Advances in technology allow companies to cut labor costs, increase productivity and output, be more competitive and increase market relevance on the global scale. However, automation doesn’t mean employers aren’t hiring.

“Some of the most advanced automation in manufacturing has been quality control,” said Suljic, explaining that laser, sensor and visual detectors and sizer machines have perfected quality control for many years now. “(But) job automation can and has led to the creation of jobs in other areas, such as research and development, marketing, programming, software development and robotic management. As we look at population growth as the future labor supply, it points to an even greater need for automation for the jobs that are repetitive and don’t require as much human intellectual capital. The work force will need to, as a result of automation, engage more systematically with new machines as part of retooling of their skills as well as staying relevant in the work force.”

Some of the positions more immune to automation — especially in food manufacturing — are managerial, product development, marketing and maintenance, she added.

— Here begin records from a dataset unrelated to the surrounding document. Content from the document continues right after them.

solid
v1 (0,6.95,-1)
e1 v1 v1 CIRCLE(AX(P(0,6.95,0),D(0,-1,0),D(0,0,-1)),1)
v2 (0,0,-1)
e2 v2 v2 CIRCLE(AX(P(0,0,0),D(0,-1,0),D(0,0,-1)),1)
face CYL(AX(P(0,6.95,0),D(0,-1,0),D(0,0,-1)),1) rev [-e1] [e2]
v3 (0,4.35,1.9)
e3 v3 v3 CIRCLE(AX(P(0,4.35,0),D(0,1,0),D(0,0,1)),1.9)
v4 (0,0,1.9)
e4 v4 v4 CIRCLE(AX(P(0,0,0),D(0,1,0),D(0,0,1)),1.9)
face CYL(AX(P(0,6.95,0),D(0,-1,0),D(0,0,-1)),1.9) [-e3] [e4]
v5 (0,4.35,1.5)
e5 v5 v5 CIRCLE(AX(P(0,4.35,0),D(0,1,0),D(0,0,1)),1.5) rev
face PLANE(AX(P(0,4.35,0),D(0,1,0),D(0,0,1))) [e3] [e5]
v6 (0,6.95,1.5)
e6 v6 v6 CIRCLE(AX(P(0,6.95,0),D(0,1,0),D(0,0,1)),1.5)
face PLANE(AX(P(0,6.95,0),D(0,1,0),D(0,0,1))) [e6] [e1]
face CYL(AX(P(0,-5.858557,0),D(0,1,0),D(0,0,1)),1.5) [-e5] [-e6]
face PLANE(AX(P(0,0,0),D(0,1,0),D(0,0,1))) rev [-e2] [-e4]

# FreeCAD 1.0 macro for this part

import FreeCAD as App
import Part
import Sketcher
from FreeCAD import Vector


def add_polygon(sketch, points):
    """Adds a closed chain of lines whose ends are joined by coincident constraints."""
    first, n = sketch.GeometryCount, len(points)
    for a, b in zip(points, points[1:] + points[:1]):
        sketch.addGeometry(Part.LineSegment(App.Vector(*a, 0), App.Vector(*b, 0)), False)
    for i in range(n):
        sketch.addConstraint(Sketcher.Constraint("Coincident", first + i, 2, first + (i + 1) % n, 1))

doc = App.newDocument("Part")
params = doc.addObject("Spreadsheet::Sheet", "Params")
for row, (alias, value) in enumerate([
    ("sketch1_diameter", "3.8 mm"),
    ("pad1_length", "6.95 mm"),
    ("sketch2_diameter", "3 mm"),
    ("pocket1_length", "2.6 mm"),
    ("sketch3_diameter", "2 mm"),
], start=1):
    params.set(f"A{row}", alias)
    params.set(f"B{row}", "=" + value)
    params.setAlias(f"B{row}", alias)

body = doc.addObject("PartDesign::Body", "Body")

# Sketch on XZ plane
sketch1 = doc.addObject("Sketcher::SketchObject", "Sketch")
body.addObject(sketch1)
sketch1.AttachmentSupport = (doc.XZ_Plane, [""])
sketch1.MapMode = "FlatFace"
sketch1.addGeometry(Part.Circle(Vector(0, 0, 0), Vector(0, 0, 1), 1.9), False)
sketch1.addConstraint(Sketcher.Constraint("Coincident", 0, 3, -1, 1))
sketch1.addConstraint(Sketcher.Constraint("Diameter", 0, 3.8))
sketch1.setExpression("Constraints[1]", "Params.sketch1_diameter")
pad1 = doc.addObject("PartDesign::Pad", "Pad")
body.addObject(pad1)
pad1.Profile = sketch1
pad1.setExpression("Length", "Params.pad1_length")
pad1.Reversed = True

# Sketch on XZ plane
sketch2 = doc.addObject("Sketcher::SketchObject", "Sketch001")
body.addObject(sketch2)
sketch2.AttachmentSupport = (doc.XZ_Plane, [""])
sketch2.MapMode = "FlatFace"
sketch2.AttachmentOffset = App.Placement(Vector(0, 0, -6.95), App.Rotation())
add_polygon(sketch2, [(-3.8, -3.8), (-3.8, 3.8), (3.8, 3.8), (3.8, -3.8)])  # lines 0-3
sketch2.addGeometry(Part.Circle(Vector(0, 0, 0), Vector(0, 0, 1), 1.5), False)  # 4
sketch2.addConstraint(Sketcher.Constraint("Vertical", 0))
sketch2.addConstraint(Sketcher.Constraint("Horizontal", 1))
sketch2.addConstraint(Sketcher.Constraint("Vertical", 2))
sketch2.addConstraint(Sketcher.Constraint("Horizontal", 3))
sketch2.addConstraint(Sketcher.Constraint("Coincident", 4, 3, -1, 1))
sketch2.addConstraint(Sketcher.Constraint("Symmetric", 0, 2, 2, 2, -1, 1))
sketch2.addConstraint(Sketcher.Constraint("Equal", 3, 0))
sketch2.addConstraint(Sketcher.Constraint("Diameter", 4, 3.0))
sketch2.addConstraint(Sketcher.Constraint("DistanceX", 1, 1, 1, 2, 7.558))
sketch2.setExpression("Constraints[11]", "Params.sketch2_diameter")
pocket1 = doc.addObject("PartDesign::Pocket", "Pocket")
body.addObject(pocket1)
pocket1.Profile = sketch2
pocket1.setExpression("Length", "Params.pocket1_length")
pocket1.Reversed = True

# Sketch on XZ plane
sketch3 = doc.addObject("Sketcher::SketchObject", "Sketch002")
body.addObject(sketch3)
sketch3.AttachmentSupport = (doc.XZ_Plane, [""])
sketch3.MapMode = "FlatFace"
sketch3.addGeometry(Part.Circle(Vector(0, 0, 0), Vector(0, 0, 1), 1), False)
sketch3.addConstraint(Sketcher.Constraint("Coincident", 0, 3, -1, 1))
sketch3.addConstraint(Sketcher.Constraint("Diameter", 0, 2.0))
sketch3.setExpression("Constraints[1]", "Params.sketch3_diameter")
pocket2 = doc.addObject("PartDesign::Pocket", "Pocket001")
body.addObject(pocket2)
pocket2.Profile = sketch3
pocket2.Type = "ThroughAll"

doc.recompute()
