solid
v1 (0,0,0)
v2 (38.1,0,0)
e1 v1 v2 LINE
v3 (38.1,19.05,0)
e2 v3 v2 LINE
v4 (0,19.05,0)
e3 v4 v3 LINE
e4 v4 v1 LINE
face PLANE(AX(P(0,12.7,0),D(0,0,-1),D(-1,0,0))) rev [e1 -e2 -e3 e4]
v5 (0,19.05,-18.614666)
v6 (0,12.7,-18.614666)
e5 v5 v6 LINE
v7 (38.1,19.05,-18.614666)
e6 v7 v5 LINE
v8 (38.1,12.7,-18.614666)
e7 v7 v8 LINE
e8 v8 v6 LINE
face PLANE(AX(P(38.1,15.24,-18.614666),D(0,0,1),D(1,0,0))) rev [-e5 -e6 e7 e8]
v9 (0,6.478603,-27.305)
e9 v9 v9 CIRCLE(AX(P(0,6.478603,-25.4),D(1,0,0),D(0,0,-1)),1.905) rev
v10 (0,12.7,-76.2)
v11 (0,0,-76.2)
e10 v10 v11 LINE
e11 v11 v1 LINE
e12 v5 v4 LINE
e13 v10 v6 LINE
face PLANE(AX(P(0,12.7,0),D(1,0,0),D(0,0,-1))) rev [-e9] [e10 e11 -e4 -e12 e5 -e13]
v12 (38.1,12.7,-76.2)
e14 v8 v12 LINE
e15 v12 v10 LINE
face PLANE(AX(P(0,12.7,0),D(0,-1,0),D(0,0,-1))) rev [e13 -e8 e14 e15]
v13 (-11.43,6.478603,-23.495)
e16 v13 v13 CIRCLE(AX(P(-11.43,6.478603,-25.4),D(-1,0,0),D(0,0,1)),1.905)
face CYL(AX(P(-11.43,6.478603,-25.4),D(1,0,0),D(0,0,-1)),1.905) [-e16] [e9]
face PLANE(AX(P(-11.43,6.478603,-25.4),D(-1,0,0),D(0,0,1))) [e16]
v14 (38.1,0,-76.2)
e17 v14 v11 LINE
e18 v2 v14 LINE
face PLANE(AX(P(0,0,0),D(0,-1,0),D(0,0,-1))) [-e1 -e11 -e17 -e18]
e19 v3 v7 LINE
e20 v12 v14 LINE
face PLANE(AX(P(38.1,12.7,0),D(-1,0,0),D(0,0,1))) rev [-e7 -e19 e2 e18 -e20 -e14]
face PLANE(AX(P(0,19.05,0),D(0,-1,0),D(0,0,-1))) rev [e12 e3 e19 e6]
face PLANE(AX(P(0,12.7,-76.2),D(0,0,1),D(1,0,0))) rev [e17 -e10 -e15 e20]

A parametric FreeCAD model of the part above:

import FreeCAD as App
import Part
import Sketcher

V = App.Vector
Q = App.Units.Quantity


def add_polygon(sketch, points):
    """Adds a closed chain of lines whose ends are joined by coincident constraints."""
    first, n = sketch.GeometryCount, len(points)
    for a, b in zip(points, points[1:] + points[:1]):
        sketch.addGeometry(Part.LineSegment(App.Vector(*a, 0), App.Vector(*b, 0)), False)
    for i in range(n):
        sketch.addConstraint(Sketcher.Constraint("Coincident", first + i, 2, first + (i + 1) % n, 1))

doc = App.newDocument("Part")
body = doc.addObject("PartDesign::Body", "Body")

sketch1 = body.newObject("Sketcher::SketchObject", "Sketch")
sketch1.AttachmentSupport = (doc.getObject("XZ_Plane"), [""])
sketch1.MapMode = "FlatFace"
add_polygon(sketch1, [(0, -76), (0, 0), (38, 0), (38, -76)])
sketch1.addConstraint([
    Sketcher.Constraint("Vertical", 0),
    Sketcher.Constraint("Horizontal", 1),
    Sketcher.Constraint("Vertical", 2),
    Sketcher.Constraint("Horizontal", 3),
    Sketcher.Constraint("Coincident", 0, 2, -1, 1),
    Sketcher.Constraint("DistanceY", 0, 1, 0, 2, Q("3 in")),
    Sketcher.Constraint("DistanceX", 1, 1, 1, 2, Q("1.5 in")),
])
pad1 = body.newObject("PartDesign::Pad", "Pad")
pad1.Profile = sketch1
pad1.Length = Q("0.5 in")
pad1.Reversed = True

sketch2 = body.newObject("Sketcher::SketchObject", "Sketch001")
sketch2.AttachmentSupport = (doc.getObject("YZ_Plane"), [""])
sketch2.MapMode = "FlatFace"
sketch2.addGeometry(Part.Circle(V(6.5, -25.4, 0), V(0, 0, 1), 1.9), False)
sketch2.addConstraint([
    Sketcher.Constraint("Diameter", 0, Q("0.15 in")),
    Sketcher.Constraint("DistanceY", 0, 3, -1, 1, Q("1 in")),
    Sketcher.Constraint("DistanceX", -1, 1, 0, 3, Q("6.478603 mm")),
])
pad2 = body.newObject("PartDesign::Pad", "Pad001")
pad2.Profile = sketch2
pad2.Length = Q("0.45 in")
pad2.Reversed = True

sketch3 = body.newObject("Sketcher::SketchObject", "Sketch002")
sketch3.AttachmentSupport = (doc.getObject("XZ_Plane"), [""])
sketch3.MapMode = "FlatFace"
sketch3.AttachmentOffset = App.Placement(V(0, 0, -0.5 * 25.4), App.Rotation())
add_polygon(sketch3, [(0, -19), (0, 0), (38, 0), (38, -19)])
sketch3.addConstraint([
    Sketcher.Constraint("Vertical", 0),
    Sketcher.Constraint("Horizontal", 1),
    Sketcher.Constraint("Vertical", 2),
    Sketcher.Constraint("Horizontal", 3),
    Sketcher.Constraint("Coincident", 0, 2, -1, 1),
    Sketcher.Constraint("DistanceX", 1, 1, 1, 2, Q("1.5 in")),
    Sketcher.Constraint("DistanceY", 0, 1, 0, 2, Q("18.614666 mm")),
])
pad3 = body.newObject("PartDesign::Pad", "Pad002")
pad3.Profile = sketch3
pad3.Length = Q("0.1 in")
pad3.Reversed = True

sketch4 = body.newObject("Sketcher::SketchObject", "Sketch003")
sketch4.AttachmentSupport = (doc.getObject("XZ_Plane"), [""])
sketch4.MapMode = "FlatFace"
sketch4.AttachmentOffset = App.Placement(V(0, 0, -0.6 * 25.4), App.Rotation())
add_polygon(sketch4, [(0, -19), (0, 0), (38, 0), (38, -19)])
sketch4.addConstraint([
    Sketcher.Constraint("Vertical", 0),
    Sketcher.Constraint("Horizontal", 1),
    Sketcher.Constraint("Vertical", 2),
    Sketcher.Constraint("Horizontal", 3),
    Sketcher.Constraint("Coincident", 0, 2, -1, 1),
    Sketcher.Constraint("DistanceX", 1, 1, 1, 2, Q("1.5 in")),
    Sketcher.Constraint("DistanceY", 0, 1, 0, 2, Q("18.614666 mm")),
])
pad4 = body.newObject("PartDesign::Pad", "Pad003")
pad4.Profile = sketch4
pad4.Length = Q("0.15 in")
pad4.Reversed = True

doc.recompute()
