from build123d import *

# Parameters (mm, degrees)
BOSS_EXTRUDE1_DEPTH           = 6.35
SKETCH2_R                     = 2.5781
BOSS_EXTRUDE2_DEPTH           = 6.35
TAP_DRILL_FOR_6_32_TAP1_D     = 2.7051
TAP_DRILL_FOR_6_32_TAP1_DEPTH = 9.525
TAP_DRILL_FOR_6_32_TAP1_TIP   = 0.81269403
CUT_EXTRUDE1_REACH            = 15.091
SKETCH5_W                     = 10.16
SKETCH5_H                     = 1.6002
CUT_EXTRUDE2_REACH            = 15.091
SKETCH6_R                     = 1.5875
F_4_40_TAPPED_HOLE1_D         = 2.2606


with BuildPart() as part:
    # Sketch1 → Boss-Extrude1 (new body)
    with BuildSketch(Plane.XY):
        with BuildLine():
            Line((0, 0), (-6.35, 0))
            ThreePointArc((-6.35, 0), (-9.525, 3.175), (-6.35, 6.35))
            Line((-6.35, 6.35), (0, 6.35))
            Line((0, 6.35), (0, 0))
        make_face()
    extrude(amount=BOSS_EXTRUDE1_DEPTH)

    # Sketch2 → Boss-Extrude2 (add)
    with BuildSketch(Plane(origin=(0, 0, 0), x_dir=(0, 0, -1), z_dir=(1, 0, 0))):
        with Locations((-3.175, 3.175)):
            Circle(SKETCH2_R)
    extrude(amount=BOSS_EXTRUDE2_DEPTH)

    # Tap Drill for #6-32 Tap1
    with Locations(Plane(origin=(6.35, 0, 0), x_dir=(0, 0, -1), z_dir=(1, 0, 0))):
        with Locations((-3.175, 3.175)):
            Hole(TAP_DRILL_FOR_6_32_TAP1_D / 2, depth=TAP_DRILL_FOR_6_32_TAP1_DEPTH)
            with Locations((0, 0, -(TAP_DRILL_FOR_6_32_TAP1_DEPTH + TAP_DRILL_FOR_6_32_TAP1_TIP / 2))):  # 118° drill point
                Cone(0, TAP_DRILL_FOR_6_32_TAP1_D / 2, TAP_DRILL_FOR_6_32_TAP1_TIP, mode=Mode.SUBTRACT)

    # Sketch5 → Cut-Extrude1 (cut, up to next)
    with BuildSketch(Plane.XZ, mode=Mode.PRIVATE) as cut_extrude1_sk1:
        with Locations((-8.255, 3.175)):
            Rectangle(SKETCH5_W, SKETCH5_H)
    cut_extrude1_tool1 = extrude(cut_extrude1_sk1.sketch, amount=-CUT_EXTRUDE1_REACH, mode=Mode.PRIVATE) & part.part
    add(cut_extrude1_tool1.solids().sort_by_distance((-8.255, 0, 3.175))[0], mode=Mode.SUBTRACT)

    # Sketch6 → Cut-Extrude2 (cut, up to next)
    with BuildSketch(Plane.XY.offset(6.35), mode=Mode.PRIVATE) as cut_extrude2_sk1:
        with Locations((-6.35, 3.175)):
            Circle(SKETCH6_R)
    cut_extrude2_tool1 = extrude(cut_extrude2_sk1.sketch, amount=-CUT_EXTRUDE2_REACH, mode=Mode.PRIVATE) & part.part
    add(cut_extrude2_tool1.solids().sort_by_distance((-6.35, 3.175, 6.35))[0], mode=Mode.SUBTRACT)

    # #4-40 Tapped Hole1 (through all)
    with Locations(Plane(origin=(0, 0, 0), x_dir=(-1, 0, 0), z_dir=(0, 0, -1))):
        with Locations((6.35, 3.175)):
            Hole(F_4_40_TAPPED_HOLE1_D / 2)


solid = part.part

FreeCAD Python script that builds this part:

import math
import FreeCAD as App
import Part
import Sketcher
from FreeCAD import Vector
Q = App.Units.Quantity


def add_polygon(sketch, points):
    """Adds a closed chain of lines whose ends are joined by coincident constraints."""
    first, n = sketch.GeometryCount, len(points)
    for a, b in zip(points, points[1:] + points[:1]):
        sketch.addGeometry(Part.LineSegment(App.Vector(*a, 0), App.Vector(*b, 0)), False)
    for i in range(n):
        sketch.addConstraint(Sketcher.Constraint("Coincident", first + i, 2, first + (i + 1) % n, 1))

doc = App.newDocument("Part")
body = doc.addObject("PartDesign::Body", "Body")

# Sketch on XY plane
sketch1 = doc.addObject("Sketcher::SketchObject", "Sketch")
body.addObject(sketch1)
sketch1.AttachmentSupport = (doc.XY_Plane, [""])
sketch1.MapMode = "FlatFace"
sketch1.addGeometry(Part.LineSegment(Vector(-6.35, 0, 0), Vector(0, 0, 0)), False)
sketch1.addGeometry(Part.LineSegment(Vector(0, 0, 0), Vector(0, 6.35, 0)), False)
sketch1.addGeometry(Part.LineSegment(Vector(0, 6.35, 0), Vector(-6.35, 6.35, 0)), False)
sketch1.addGeometry(Part.ArcOfCircle(Part.Circle(Vector(-6.35, 3.175, 0), Vector(0, 0, 1), 3.175), math.radians(90), math.radians(270)), False)
sketch1.addConstraint(Sketcher.Constraint("Coincident", 0, 2, 1, 1))
sketch1.addConstraint(Sketcher.Constraint("Coincident", 1, 2, 2, 1))
sketch1.addConstraint(Sketcher.Constraint("Tangent", 2, 2, 3, 1))
sketch1.addConstraint(Sketcher.Constraint("Tangent", 3, 2, 0, 1))
sketch1.addConstraint(Sketcher.Constraint("Horizontal", 0))
sketch1.addConstraint(Sketcher.Constraint("Vertical", 1))
sketch1.addConstraint(Sketcher.Constraint("Horizontal", 2))
sketch1.addConstraint(Sketcher.Constraint("Coincident", 0, 2, -1, 1))
sketch1.addConstraint(Sketcher.Constraint("Equal", 2, 1))
sketch1.addConstraint(Sketcher.Constraint("Radius", 3, Q("0.125 in")))
pad1 = doc.addObject("PartDesign::Pad", "Pad")
body.addObject(pad1)
pad1.Profile = sketch1
pad1.Length = Q("0.25 in")

# Sketch on YZ plane
sketch2 = doc.addObject("Sketcher::SketchObject", "Sketch001")
body.addObject(sketch2)
sketch2.AttachmentSupport = (doc.YZ_Plane, [""])
sketch2.MapMode = "FlatFace"
sketch2.addGeometry(Part.Circle(Vector(3.175, 3.175, 0), Vector(0, 0, 1), 2.5781), False)
sketch2.addConstraint(Sketcher.Constraint("Diameter", 0, Q("0.203 in")))
sketch2.addConstraint(Sketcher.Constraint("DistanceX", -1, 1, 0, 3, Q("0.125 in")))
sketch2.addConstraint(Sketcher.Constraint("DistanceY", -1, 1, 0, 3, Q("0.125 in")))
pad2 = doc.addObject("PartDesign::Pad", "Pad001")
body.addObject(pad2)
pad2.Profile = sketch2
pad2.Length = Q("0.25 in")

# Sketch on YZ plane
sketch3 = doc.addObject("Sketcher::SketchObject", "Sketch002")
body.addObject(sketch3)
sketch3.AttachmentSupport = (doc.YZ_Plane, [""])
sketch3.MapMode = "FlatFace"
sketch3.AttachmentOffset = App.Placement(Vector(0, 0, 0.25 * 25.4), App.Rotation())
sketch3.addGeometry(Part.Circle(Vector(3.175, 3.175, 0), Vector(0, 0, 1), 1.35255), False)
sketch3.addConstraint(Sketcher.Constraint("Diameter", 0, Q("0.1065 in")))
sketch3.addConstraint(Sketcher.Constraint("DistanceX", -1, 1, 0, 3, Q("0.125 in")))
sketch3.addConstraint(Sketcher.Constraint("DistanceY", -1, 1, 0, 3, Q("0.125 in")))
doc.recompute()
hole = doc.addObject("PartDesign::Hole", "Hole")
body.addObject(hole)
hole.Profile = sketch3
hole.ThreadType = "None"
hole.Diameter = Q("0.1065 in")
hole.DepthType = "Dimension"
hole.Depth = Q("0.375 in")
hole.DrillPoint = "Angled"
hole.DrillPointAngle = 118

# Sketch on XZ plane
sketch4 = doc.addObject("Sketcher::SketchObject", "Sketch003")
body.addObject(sketch4)
sketch4.AttachmentSupport = (doc.XZ_Plane, [""])
sketch4.MapMode = "FlatFace"
add_polygon(sketch4, [(-13.335, 3.9751), (-13.335, 2.3749), (-3.175, 2.3749), (-3.175, 3.9751)])  # lines 0-3
sketch4.addConstraint(Sketcher.Constraint("Vertical", 0))
sketch4.addConstraint(Sketcher.Constraint("Horizontal", 1))
sketch4.addConstraint(Sketcher.Constraint("Vertical", 2))
sketch4.addConstraint(Sketcher.Constraint("Horizontal", 3))
sketch4.addConstraint(Sketcher.Constraint("DistanceX", 1, 1, 1, 2, Q("0.4 in")))
sketch4.addConstraint(Sketcher.Constraint("DistanceY", 0, 2, 0, 1, Q("0.063 in")))
sketch4.addConstraint(Sketcher.Constraint("DistanceX", 0, 2, -1, 1, Q("0.525 in")))
sketch4.addConstraint(Sketcher.Constraint("DistanceY", -1, 1, 0, 2, Q("0.0935 in")))
pocket1 = doc.addObject("PartDesign::Pocket", "Pocket")
body.addObject(pocket1)
pocket1.Profile = sketch4
pocket1.Length = Q("0.25 in")

# Sketch on XY plane
sketch5 = doc.addObject("Sketcher::SketchObject", "Sketch004")
body.addObject(sketch5)
sketch5.AttachmentSupport = (doc.XY_Plane, [""])
sketch5.MapMode = "FlatFace"
sketch5.AttachmentOffset = App.Placement(Vector(0, 0, 0.25 * 25.4), App.Rotation())
sketch5.addGeometry(Part.Circle(Vector(-6.35, 3.175, 0), Vector(0, 0, 1), 1.5875), False)
sketch5.addConstraint(Sketcher.Constraint("Diameter", 0, Q("0.125 in")))
sketch5.addConstraint(Sketcher.Constraint("DistanceX", 0, 3, -1, 1, Q("0.25 in")))
sketch5.addConstraint(Sketcher.Constraint("DistanceY", -1, 1, 0, 3, Q("0.125 in")))
pocket2 = doc.addObject("PartDesign::Pocket", "Pocket001")
body.addObject(pocket2)
pocket2.Profile = sketch5
pocket2.Type = "UpToFirst"

# Sketch on XY plane
sketch6 = doc.addObject("Sketcher::SketchObject", "Sketch005")
body.addObject(sketch6)
sketch6.AttachmentSupport = (doc.XY_Plane, [""])
sketch6.MapMode = "FlatFace"
sketch6.addGeometry(Part.Circle(Vector(-6.35, 3.175, 0), Vector(0, 0, 1), 1.1303), False)
sketch6.addConstraint(Sketcher.Constraint("Diameter", 0, Q("0.089 in")))
sketch6.addConstraint(Sketcher.Constraint("DistanceX", 0, 3, -1, 1, Q("0.25 in")))
sketch6.addConstraint(Sketcher.Constraint("DistanceY", -1, 1, 0, 3, Q("0.125 in")))
doc.recompute()
hole2 = doc.addObject("PartDesign::Hole", "Hole001")
body.addObject(hole2)
hole2.Profile = sketch6
hole2.ThreadType = "None"
hole2.Diameter = Q("0.089 in")
hole2.DepthType = "ThroughAll"
hole2.Reversed = True

doc.recompute()
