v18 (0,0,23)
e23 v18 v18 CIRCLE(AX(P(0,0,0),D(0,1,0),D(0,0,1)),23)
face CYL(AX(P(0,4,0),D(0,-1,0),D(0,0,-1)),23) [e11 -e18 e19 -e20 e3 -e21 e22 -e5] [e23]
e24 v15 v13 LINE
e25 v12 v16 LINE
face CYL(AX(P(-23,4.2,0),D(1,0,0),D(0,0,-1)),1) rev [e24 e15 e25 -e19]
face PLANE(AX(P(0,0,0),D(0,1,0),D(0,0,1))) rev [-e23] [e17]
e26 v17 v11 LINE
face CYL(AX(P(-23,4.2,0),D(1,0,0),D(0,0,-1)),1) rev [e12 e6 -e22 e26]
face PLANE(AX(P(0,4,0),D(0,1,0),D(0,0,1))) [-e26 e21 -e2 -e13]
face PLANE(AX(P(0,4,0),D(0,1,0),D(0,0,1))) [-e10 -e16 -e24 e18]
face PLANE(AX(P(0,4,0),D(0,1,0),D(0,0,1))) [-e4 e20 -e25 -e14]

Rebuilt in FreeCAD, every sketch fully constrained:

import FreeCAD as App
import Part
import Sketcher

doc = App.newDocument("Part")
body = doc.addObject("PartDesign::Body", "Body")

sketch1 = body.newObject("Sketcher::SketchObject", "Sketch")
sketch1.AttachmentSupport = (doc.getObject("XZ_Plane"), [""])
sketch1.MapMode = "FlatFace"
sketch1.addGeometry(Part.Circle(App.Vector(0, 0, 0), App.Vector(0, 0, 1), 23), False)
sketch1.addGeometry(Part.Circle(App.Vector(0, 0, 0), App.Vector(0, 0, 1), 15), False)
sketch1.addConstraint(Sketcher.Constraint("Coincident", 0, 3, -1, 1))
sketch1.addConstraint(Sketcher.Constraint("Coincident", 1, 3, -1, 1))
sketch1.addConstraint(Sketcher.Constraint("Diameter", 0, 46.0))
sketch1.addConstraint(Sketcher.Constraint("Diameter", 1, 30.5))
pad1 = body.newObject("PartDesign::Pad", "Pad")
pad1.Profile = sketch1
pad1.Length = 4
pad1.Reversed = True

According to the National Manufacturers Association, or NMA, manufacturers contributed $2.33 trillion to the U.S. economy in the first quarter of 2018. For every $1 spent on manufacturing, $1.89 more is added to the economy, NMA reported. There are currently more than 12 million manufacturing workers in the United States, which accounts for 8.6 percent of the entire work force.

Even though the industry has fallen in favor of automation for manufacturing positions, Suljic said local manufacturers are having a hard time filling experienced supervisory or managerial roles.

“Most of the manufacturing employers are looking for skills, knowledge and abilities in individuals who are willing to work in teams, learn and develop on the job,” Suljic said. “The interest in manufacturing is much different than 20 to 30 years ago. Our work force will need to be trained for the future, which requires more training in science, technology, engineering and math than manual labor.”

To help introduce students and get them excited about careers in the field, schools such as the Tri-Tech Skills Center in Kennewick offers welding technology programs and Columbia Basin College in Pasco offers degrees in manufacturing technology.

The NMA reported that the average manufacturing worker in the United States earned $84,832 annually in 2017, including pay and benefits. The average worker in nonfarm industries earned $66,847 annually. Over the next decade, nearly 3.5 million manufacturing jobs likely will be needed nationally and 2 million are expected to go unfilled due to the skills gap, the NMA said.

Suljic said future careers in the field include stationary engineers and boiler operators, quality assurance and project development, branding and marketing and logistics, to name a few.

“Most of the time, to get a higher position, experience is needed along with education,” she said. “Individuals interested in manufacturing could plan out their careers of interest and follow the career ladder to their desired position, or have a clear sense of where they want to be 20 or 30 years down in their careers.”